1. The place were they were now encamped was in the plain, in the land of Moab (Deut 1:1, 5), where they were just ready to enter Canaan, and engage in a war with the Canaanites. Yet he discourses not to them concerning military affairs, the arts and stratagems of war, but concerning their duty to God; for, if they kept themselves in his fear and favour, he would secure to them the conquest of the land: their religion would be their best policy. 2. The time was near the end of the fortieth year since they came out of Egypt. So long God had borne their manners, and they had borne their own iniquity (Num 14:34), and now that a new and more pleasant scene was to be introduced, as a token for good, Moses repeats the law to them. Thus, after God's controversy with them on account of the golden calf, the first and surest sign of God's being reconciled to them was the renewing of the tables. There is no better evidence and earnest of God's favour than his putting his law in our hearts, Psa 147:19, 20.

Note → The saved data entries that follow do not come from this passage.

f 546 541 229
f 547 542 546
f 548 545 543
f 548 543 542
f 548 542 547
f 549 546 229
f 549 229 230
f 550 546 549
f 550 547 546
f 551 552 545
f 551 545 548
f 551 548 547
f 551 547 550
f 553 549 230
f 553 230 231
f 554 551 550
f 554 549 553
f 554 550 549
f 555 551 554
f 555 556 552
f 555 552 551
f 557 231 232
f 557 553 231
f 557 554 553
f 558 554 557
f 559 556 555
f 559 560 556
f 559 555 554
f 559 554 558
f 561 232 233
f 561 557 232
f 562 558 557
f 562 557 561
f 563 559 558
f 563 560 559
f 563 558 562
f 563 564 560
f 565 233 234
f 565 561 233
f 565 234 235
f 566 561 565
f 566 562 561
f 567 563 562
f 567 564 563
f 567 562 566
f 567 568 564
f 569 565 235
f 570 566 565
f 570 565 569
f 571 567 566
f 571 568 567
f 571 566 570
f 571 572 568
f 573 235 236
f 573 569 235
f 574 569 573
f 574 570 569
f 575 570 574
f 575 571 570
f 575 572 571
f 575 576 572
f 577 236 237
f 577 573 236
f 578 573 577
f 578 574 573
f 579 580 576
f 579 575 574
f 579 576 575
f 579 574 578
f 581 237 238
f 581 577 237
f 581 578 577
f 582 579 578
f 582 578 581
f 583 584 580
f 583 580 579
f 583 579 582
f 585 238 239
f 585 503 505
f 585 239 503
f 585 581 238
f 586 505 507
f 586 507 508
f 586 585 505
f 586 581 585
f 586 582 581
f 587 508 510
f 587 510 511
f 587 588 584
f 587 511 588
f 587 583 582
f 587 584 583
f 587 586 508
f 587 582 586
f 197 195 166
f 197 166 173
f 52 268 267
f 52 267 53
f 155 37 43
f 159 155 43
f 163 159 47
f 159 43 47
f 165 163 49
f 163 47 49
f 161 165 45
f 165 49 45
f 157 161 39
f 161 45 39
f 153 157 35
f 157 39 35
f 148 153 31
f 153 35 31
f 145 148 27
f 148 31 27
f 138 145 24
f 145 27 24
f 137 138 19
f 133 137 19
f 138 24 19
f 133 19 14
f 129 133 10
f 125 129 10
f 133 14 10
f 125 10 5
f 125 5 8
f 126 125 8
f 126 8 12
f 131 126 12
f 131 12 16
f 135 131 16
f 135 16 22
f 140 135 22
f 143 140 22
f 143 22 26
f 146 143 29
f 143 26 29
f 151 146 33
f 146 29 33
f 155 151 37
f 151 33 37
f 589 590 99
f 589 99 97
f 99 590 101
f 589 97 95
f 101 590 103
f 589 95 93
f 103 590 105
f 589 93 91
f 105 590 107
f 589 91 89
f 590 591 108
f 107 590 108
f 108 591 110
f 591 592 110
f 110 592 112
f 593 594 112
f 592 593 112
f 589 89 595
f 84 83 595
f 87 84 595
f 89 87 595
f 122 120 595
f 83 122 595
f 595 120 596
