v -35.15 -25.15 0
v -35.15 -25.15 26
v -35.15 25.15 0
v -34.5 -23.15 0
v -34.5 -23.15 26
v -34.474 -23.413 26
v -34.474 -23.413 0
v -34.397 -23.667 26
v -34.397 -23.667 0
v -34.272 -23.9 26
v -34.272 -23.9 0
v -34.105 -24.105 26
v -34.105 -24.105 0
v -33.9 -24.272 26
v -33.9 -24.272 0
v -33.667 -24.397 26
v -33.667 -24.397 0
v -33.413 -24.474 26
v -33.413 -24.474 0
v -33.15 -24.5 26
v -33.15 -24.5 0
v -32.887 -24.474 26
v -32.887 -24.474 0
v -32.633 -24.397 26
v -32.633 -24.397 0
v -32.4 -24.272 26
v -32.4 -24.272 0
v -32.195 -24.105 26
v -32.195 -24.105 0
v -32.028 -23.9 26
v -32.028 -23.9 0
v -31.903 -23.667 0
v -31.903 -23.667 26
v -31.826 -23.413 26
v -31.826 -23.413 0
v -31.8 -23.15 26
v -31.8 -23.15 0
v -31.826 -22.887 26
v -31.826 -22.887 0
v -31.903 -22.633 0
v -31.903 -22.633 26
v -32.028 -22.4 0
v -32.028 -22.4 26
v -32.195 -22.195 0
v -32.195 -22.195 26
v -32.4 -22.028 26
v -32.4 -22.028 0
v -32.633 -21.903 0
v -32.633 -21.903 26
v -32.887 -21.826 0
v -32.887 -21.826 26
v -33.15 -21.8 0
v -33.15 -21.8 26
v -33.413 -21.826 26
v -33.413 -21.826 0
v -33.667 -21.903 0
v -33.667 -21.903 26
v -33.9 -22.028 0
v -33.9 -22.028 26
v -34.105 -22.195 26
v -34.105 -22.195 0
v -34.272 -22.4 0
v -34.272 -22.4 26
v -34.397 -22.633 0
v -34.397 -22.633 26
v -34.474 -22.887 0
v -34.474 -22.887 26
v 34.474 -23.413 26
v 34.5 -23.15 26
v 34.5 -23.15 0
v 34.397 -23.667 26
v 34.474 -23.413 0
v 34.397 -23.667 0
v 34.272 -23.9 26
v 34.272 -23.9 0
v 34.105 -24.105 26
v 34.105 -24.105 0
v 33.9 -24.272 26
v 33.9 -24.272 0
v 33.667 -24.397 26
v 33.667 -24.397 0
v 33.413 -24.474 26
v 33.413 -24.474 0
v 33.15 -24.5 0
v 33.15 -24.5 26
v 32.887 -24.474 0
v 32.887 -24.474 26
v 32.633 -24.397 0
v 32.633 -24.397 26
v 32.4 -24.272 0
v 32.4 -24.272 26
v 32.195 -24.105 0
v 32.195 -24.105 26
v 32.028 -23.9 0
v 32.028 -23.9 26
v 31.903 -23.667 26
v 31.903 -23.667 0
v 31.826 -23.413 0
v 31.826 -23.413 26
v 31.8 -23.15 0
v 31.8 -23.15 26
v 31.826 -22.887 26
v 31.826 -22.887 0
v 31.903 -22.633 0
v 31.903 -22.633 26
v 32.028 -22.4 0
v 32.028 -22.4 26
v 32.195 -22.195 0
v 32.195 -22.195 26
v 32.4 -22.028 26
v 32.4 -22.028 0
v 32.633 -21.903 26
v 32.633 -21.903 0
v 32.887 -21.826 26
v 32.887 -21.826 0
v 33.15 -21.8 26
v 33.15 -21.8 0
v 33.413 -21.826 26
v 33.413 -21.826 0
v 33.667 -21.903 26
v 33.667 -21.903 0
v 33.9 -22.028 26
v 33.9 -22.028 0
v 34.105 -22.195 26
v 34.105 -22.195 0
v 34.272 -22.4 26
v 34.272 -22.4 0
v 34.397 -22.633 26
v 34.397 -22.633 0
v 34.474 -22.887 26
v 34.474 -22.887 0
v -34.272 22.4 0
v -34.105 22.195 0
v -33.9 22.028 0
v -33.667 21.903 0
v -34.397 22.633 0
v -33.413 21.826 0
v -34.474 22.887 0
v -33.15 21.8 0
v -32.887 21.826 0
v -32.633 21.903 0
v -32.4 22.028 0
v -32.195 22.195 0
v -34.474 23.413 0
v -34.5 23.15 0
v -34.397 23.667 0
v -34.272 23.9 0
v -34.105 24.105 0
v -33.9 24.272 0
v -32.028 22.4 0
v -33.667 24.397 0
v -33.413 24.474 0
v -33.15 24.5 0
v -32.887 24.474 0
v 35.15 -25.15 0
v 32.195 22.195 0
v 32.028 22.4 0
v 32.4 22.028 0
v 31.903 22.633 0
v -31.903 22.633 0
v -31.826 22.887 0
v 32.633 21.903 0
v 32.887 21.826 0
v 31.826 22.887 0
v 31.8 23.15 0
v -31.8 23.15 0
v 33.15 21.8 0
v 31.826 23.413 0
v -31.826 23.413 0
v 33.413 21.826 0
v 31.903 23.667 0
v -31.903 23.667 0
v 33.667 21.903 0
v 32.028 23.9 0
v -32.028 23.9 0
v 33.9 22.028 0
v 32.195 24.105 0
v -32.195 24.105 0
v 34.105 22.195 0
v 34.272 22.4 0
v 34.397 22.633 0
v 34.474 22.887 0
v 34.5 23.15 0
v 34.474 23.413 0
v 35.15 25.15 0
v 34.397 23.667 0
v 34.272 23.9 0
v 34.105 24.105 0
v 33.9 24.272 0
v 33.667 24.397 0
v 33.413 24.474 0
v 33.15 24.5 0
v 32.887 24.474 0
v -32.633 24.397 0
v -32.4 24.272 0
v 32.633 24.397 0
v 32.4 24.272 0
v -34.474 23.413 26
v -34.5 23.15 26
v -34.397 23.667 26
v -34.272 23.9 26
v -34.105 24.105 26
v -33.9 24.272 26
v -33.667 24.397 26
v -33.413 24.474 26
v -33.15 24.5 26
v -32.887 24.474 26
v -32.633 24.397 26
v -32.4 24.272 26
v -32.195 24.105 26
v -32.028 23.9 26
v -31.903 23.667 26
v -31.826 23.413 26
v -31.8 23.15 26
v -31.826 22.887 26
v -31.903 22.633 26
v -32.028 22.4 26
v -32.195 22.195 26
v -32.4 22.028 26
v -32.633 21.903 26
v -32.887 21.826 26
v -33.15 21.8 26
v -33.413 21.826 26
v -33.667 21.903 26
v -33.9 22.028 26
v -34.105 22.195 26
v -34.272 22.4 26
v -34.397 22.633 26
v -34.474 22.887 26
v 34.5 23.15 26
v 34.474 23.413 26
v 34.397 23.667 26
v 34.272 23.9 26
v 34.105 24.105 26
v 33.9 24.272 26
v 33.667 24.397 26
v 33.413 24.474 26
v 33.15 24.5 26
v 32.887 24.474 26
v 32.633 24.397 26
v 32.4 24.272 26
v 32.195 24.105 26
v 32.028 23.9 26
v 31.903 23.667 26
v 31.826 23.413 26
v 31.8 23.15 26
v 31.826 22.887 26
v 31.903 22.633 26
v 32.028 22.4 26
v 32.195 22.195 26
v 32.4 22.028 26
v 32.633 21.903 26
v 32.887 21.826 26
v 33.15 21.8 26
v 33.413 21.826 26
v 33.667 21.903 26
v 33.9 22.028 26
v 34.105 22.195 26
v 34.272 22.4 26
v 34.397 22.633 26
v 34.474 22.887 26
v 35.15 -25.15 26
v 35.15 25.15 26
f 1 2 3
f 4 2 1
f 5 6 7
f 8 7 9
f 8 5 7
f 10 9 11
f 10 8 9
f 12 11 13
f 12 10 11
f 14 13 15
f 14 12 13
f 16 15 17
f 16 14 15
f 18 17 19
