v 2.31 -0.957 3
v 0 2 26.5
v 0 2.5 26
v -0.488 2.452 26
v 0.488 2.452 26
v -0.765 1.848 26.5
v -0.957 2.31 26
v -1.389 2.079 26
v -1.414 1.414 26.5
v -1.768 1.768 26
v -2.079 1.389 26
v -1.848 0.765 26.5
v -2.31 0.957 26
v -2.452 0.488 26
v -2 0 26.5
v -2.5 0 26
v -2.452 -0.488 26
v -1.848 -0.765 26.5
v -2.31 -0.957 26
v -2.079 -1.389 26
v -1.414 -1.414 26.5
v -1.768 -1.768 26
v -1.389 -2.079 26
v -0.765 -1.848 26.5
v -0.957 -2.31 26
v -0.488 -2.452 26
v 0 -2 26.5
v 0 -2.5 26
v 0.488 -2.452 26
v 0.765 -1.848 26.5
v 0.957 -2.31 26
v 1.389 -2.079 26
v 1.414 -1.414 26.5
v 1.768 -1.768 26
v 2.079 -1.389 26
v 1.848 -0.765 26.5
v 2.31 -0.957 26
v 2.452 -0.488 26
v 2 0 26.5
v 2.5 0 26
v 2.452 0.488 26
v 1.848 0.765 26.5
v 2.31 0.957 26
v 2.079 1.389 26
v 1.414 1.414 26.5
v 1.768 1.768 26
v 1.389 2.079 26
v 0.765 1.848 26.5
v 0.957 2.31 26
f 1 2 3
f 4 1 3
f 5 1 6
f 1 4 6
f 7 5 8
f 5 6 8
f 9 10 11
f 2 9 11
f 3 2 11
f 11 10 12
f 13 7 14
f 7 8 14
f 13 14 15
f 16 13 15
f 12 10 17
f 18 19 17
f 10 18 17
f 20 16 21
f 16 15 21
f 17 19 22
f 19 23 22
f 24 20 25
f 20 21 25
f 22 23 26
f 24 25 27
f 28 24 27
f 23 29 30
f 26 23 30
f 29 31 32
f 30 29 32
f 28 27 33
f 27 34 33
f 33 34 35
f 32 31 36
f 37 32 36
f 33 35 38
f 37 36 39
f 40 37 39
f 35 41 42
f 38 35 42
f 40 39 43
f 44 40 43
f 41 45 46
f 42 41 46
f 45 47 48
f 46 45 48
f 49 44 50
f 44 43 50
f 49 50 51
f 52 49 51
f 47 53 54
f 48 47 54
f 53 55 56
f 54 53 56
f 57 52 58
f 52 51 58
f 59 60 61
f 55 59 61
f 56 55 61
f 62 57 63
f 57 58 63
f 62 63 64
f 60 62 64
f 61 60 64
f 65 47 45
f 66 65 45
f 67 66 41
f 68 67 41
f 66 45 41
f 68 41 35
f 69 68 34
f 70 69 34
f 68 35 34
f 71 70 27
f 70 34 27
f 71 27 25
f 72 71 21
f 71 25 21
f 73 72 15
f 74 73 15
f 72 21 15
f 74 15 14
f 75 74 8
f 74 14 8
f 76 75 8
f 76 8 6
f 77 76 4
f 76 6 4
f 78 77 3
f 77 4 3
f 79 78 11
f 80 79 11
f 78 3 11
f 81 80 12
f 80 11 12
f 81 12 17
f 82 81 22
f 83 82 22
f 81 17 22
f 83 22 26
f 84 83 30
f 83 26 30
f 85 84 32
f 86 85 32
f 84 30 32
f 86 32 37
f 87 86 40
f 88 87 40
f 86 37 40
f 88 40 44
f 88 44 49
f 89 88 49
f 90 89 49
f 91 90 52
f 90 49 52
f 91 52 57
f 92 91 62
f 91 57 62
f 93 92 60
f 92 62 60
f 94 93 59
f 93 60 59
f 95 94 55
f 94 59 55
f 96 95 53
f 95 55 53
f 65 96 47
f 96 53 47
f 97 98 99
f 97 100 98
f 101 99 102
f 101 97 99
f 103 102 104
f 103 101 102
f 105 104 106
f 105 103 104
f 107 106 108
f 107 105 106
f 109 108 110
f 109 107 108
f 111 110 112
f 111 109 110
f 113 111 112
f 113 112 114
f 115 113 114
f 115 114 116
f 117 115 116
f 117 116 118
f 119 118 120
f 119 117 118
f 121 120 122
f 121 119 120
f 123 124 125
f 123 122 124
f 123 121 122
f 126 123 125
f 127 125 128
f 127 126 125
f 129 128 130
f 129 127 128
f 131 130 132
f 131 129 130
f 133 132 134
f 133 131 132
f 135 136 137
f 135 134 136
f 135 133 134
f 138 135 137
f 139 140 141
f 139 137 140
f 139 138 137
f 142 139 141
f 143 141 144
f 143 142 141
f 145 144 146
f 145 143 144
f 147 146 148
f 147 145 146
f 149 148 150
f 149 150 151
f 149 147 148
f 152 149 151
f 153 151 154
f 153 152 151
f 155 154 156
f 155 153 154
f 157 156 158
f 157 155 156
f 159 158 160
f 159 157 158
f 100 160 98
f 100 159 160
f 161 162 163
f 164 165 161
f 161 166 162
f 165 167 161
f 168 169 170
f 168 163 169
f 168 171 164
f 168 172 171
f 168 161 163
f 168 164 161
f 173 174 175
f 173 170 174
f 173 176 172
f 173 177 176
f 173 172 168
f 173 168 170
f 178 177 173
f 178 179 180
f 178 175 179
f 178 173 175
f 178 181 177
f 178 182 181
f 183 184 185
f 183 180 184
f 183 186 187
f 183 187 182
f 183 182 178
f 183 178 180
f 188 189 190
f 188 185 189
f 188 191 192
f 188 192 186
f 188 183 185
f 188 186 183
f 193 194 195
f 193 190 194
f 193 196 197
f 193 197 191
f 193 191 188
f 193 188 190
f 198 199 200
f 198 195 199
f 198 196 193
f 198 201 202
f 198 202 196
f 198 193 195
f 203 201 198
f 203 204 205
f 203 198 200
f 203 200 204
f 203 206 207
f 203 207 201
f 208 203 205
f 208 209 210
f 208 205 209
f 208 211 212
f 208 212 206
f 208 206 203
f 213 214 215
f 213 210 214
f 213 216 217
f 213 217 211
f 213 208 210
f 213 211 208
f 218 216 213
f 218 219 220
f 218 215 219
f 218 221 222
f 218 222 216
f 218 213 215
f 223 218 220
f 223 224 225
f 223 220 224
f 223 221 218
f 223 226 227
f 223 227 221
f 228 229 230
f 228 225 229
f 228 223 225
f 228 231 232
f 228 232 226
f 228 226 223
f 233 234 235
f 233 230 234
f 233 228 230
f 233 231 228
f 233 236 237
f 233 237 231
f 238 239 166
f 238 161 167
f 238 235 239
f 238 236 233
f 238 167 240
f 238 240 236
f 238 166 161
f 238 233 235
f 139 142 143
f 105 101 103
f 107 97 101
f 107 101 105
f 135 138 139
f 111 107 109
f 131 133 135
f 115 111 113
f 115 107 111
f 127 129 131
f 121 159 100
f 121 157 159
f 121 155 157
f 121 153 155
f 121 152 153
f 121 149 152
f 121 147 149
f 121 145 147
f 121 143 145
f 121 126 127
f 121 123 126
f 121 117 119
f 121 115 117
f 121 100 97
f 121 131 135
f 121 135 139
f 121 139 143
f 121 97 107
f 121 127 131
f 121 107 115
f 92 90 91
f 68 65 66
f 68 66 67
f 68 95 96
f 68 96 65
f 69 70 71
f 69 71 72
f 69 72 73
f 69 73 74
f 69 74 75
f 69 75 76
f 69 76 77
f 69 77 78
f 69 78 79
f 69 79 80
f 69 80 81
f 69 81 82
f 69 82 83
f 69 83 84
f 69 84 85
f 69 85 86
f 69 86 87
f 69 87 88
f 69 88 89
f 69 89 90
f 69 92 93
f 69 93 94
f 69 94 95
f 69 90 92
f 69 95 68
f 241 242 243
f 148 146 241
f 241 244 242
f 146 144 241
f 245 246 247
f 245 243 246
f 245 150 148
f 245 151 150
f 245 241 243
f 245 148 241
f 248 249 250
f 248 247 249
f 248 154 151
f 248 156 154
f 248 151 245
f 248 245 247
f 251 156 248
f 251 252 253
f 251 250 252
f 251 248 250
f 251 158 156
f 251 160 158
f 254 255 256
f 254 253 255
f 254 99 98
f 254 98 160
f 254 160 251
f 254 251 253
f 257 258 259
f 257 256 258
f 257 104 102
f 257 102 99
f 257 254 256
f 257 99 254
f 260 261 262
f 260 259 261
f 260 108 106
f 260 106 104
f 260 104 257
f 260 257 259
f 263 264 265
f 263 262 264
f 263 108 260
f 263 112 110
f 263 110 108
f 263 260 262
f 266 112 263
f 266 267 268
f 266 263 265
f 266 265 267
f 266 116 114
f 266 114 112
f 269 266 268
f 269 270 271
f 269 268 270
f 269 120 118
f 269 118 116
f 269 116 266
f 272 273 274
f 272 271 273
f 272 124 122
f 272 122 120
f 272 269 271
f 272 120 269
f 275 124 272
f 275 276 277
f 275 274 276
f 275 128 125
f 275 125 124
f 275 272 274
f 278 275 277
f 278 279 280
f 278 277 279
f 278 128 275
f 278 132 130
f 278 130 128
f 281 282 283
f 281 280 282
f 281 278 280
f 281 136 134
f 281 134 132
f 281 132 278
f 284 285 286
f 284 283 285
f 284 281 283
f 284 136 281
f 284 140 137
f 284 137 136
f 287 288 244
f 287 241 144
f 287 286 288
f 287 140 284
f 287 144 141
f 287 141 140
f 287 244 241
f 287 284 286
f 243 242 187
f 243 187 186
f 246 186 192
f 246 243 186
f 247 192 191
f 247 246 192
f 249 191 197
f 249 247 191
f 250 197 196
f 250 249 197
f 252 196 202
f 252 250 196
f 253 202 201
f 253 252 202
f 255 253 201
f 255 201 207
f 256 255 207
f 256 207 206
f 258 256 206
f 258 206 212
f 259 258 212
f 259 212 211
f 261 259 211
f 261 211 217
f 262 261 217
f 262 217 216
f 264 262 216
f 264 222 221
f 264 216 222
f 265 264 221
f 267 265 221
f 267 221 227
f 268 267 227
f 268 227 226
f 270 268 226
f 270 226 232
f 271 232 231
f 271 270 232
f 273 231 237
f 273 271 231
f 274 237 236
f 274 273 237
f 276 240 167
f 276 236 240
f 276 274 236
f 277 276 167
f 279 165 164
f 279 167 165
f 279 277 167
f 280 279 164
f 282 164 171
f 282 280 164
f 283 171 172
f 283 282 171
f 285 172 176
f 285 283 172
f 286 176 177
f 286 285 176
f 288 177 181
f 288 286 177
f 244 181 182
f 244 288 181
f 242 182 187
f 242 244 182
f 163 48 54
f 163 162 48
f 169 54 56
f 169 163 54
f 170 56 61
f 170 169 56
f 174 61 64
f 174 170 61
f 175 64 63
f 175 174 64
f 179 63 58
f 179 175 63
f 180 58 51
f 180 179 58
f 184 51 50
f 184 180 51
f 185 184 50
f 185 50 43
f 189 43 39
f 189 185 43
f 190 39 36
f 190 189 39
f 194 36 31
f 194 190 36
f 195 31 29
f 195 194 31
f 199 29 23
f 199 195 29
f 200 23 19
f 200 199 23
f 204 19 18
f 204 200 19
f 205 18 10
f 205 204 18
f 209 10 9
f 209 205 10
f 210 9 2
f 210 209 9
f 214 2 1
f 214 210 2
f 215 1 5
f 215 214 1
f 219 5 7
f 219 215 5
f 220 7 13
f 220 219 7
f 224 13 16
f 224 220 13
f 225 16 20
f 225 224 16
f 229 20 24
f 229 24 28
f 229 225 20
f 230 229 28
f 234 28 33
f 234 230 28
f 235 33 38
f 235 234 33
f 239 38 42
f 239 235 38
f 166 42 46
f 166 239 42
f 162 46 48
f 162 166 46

II. The discourse itself. In general, Moses spoke unto them all that the Lord had given him in commandment (Deut 1:3), which intimates, not only that what he now delivered was for substance the same with what had formerly been commanded, but that it was what God now commanded him to repeat. He gave them this rehearsal and exhortation purely by divine direction; God appointed him to leave this legacy to the church. He begins his narrative with their removal from Mount Sinai (Deut 1:6), and relates here, 1. The orders which God gave them to decamp, and proceed in their march (Deut 1:6, 7): You have dwelt long enough in this mount. This was the mount that burned with fire (Heb 12:18), and gendered to bandage, Gal 4:24. Thither God brought them to humble them, and by the terrors of the law to prepare them for the land of promise. There he kept them about a year, and then told them they had dwelt long enough there, they must go forward. Though God brings his people into trouble and affliction, into spiritual trouble and affliction of mind, he knows when they have dwelt long enough in it, and will certainly find a time, the fittest time, to advance them from the terrors of the spirit of adoption. See Rom 8:15.

2. The prospect which he gave them of a happy and early settlement in Canaan: Go to the land of the Canaanites (Deut 1:7); enter and take possession, it is all your own. Behold I have set the land before you, Deut 1:8. When God commands us to go forward in our Christian course he sets the heavenly Canaan before us for our encouragement.